Hajduk erlosch in der zweiten Halbzeit des Spiels gegen Gorica, und ein ähnliches Muster war auch in der letzten Runde gegen Istra zu sehen. Die Mannschaft hatte Ballbesitz, aber das Spiel wirkte unausgegoren und fruchtlos, und die Spieler, die das Spiel begonnen hatten, wirkten ausgepumpt, wie ein platter Ball. Dennoch sollte man sich darüber nicht wundern.
Der Sieg als psychologische Spritze
Dieser Sieg gegen Gorica kann eine bedeutende Spritze auf psychologischer Ebene sein. Der Grund ist einfach: Hajduk fällt es extrem schwer, den Rhythmus "Donnerstag - Sonntag" durchzuhalten. Genau dieser Rhythmus führte zu der legendären Aussage von Igor Tudor während des Doppelspiels gegen Schachtjor Karaganda, heute ein kasachischer Zweitligist.
Nach der 2:4-Niederlage im ersten Spiel sagte Tudor auf der Pressekonferenz, während er auf den Tisch schlug:
"Donnerstag, Sonntag, Donnerstag, Sonntag, Donnerstag, Sonntag. Und so immer weiter. Als ich bei Juventus spielte, spielten dort immer dieselben zehn. Keine Müdigkeit, keine Verletzungen. Glaubt ihr, das ist Zufall? Nein, denn das sind Klasse."
Diese Worte lassen sich absolut auf den Kader von Gonzalo Garcia anwenden, nicht unbedingt im Hinblick auf die Qualität, sondern auf die Breite. Seine etwa 15 Spieler werden sicherlich ein schweres Wochenende haben, egal gegen wen, solange sie auch donnerstags spielen.
Kader wie ein Bahnhof
Diese Art von Kader ist noch lange nicht eingespielt und wirkt wie ein Bahnhof. Garcias Aussage über das Stadion ist keineswegs leer, sondern sehr solide. Wie sehr hat Brajković gefehlt, und zum Glück kam Šotiček schnell. Bald wird sich Dennis Hadžikadunić anschließen, ein Verteidiger, denn Hajduk braucht zusätzliche Spieler in jeder Linie, damit das Meisterschaftstempo nach den europäischen Spielen stabil bleibt.
Es ist eine Tatsache, dass das Tempo leiden wird, solange Europa dauert, und alle hoffen, dass es den ganzen Herbst über sein wird, zumindest für den Anfang. Und sie haben das Recht auf diese Hoffnung, denn Raków ist kein leichter Gegner. Sie haben zum Beispiel noch keinen Punkt in der Liga und rotieren die Mannschaft ebenfalls, genau wie Hajduk.

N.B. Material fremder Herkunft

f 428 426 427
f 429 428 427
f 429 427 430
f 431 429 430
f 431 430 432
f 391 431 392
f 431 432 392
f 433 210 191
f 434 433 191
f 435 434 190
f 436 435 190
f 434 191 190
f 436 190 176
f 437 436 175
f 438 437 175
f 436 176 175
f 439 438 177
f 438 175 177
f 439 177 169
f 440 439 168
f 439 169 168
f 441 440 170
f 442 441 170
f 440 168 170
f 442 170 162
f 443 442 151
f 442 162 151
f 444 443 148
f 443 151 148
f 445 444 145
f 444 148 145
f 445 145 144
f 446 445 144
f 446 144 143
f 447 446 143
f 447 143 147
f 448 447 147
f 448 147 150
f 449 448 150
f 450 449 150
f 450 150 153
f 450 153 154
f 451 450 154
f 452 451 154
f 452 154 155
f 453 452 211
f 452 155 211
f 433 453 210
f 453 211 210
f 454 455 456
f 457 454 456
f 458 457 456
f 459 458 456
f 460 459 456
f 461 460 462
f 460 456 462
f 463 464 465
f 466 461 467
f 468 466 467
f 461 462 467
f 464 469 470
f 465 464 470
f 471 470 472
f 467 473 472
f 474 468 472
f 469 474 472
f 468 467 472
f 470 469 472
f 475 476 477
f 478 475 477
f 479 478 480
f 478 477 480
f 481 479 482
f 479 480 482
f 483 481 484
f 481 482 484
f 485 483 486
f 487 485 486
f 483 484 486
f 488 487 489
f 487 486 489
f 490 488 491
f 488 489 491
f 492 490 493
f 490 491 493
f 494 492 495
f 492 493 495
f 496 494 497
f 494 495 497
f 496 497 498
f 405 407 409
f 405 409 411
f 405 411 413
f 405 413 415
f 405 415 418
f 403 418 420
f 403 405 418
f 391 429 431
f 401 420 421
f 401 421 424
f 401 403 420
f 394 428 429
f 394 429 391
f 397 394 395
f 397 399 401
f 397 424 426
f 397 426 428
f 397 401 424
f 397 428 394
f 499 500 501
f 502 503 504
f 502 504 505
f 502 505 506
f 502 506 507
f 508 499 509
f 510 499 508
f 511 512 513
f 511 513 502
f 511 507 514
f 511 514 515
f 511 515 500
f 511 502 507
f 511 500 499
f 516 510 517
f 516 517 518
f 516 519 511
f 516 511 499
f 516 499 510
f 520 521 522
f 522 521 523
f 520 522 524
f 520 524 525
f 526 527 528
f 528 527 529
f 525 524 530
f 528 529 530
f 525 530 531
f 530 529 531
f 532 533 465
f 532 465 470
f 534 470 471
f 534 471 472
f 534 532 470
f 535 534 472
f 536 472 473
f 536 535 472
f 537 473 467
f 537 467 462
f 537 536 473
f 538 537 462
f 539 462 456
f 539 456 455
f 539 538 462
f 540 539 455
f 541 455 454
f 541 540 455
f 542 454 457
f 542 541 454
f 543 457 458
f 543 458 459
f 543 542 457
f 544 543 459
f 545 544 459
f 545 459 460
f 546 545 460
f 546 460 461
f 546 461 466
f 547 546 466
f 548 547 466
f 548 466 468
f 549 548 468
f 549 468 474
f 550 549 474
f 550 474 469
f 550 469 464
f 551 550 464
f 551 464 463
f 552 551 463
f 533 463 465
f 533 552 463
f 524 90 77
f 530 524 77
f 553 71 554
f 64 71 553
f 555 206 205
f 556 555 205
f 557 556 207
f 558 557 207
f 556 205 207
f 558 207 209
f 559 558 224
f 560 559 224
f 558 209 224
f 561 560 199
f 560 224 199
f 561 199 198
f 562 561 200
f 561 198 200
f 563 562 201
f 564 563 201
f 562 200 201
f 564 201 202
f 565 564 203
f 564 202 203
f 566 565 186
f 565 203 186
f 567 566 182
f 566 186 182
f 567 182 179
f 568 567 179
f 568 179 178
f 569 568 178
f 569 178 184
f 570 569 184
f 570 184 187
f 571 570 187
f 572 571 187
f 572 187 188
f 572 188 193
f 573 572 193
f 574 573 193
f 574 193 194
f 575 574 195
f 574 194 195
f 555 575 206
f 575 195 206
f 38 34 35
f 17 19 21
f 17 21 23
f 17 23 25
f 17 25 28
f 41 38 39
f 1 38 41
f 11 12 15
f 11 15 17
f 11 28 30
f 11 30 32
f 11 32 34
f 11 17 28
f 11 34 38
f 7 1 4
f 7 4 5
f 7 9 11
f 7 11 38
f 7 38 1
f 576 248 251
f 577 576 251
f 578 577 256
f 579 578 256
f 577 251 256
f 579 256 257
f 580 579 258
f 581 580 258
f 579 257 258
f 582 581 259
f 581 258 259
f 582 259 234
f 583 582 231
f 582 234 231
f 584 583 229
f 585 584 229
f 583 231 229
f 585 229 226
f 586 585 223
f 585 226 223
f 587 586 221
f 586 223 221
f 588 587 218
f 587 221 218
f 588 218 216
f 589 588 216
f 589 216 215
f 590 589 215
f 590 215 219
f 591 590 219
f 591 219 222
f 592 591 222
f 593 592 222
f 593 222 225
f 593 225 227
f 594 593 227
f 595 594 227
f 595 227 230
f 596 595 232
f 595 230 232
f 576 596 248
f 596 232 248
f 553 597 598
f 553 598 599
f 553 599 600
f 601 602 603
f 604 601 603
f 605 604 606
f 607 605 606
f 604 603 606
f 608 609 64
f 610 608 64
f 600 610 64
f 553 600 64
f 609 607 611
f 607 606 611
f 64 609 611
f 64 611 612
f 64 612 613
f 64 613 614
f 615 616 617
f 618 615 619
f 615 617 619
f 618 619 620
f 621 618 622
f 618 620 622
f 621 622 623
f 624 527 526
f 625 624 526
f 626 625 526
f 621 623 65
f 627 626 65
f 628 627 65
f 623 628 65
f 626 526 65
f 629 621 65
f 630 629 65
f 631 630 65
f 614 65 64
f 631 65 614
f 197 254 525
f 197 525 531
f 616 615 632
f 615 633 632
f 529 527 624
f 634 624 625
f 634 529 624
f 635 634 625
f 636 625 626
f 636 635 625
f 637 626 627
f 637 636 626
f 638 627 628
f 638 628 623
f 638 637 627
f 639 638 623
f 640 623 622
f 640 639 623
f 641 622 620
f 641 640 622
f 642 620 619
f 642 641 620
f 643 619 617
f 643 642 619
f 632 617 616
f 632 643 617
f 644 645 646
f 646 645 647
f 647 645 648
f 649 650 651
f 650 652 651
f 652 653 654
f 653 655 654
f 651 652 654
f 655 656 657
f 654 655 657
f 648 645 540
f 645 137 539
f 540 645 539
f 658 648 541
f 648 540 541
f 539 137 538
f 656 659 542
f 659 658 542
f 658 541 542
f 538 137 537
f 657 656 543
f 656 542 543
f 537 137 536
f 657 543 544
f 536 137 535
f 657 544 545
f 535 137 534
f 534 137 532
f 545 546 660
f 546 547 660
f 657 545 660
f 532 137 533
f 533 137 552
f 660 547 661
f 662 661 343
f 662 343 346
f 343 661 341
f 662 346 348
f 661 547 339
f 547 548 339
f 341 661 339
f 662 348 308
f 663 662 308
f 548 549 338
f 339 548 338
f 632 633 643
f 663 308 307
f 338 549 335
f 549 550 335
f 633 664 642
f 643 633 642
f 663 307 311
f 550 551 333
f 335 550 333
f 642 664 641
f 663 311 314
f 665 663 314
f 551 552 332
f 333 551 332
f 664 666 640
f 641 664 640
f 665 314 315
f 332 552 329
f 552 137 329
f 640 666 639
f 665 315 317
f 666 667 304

Angst vor Verletzungen von Acapandie und Hodak
Alle zuckten gegen Gorica zusammen, als Acapandie und später auch Hodak auf dem Rasen lagen. Bei Hajduks erstem Rechtsverteidiger rutschte das Bein gefährlich weg und er hielt sich den hinteren Oberschenkelmuskel, aber Garcia beruhigte die Fans direkt nach dem Spiel, indem er sagte, es sei nichts Ernstes oder Wichtiges gewesen.
Es ist nicht überraschend, dass die Weißen im Laufe des Spiels nachlassen. Hajduk ist nicht Juventus, also kann es keine 20 gleichwertigen Top-Spieler haben. Hajduk ist in der Position, sich auf Hadžikadunić zu freuen und beruhigt sein zu können, weil Acapandie nichts Ernstes passiert ist.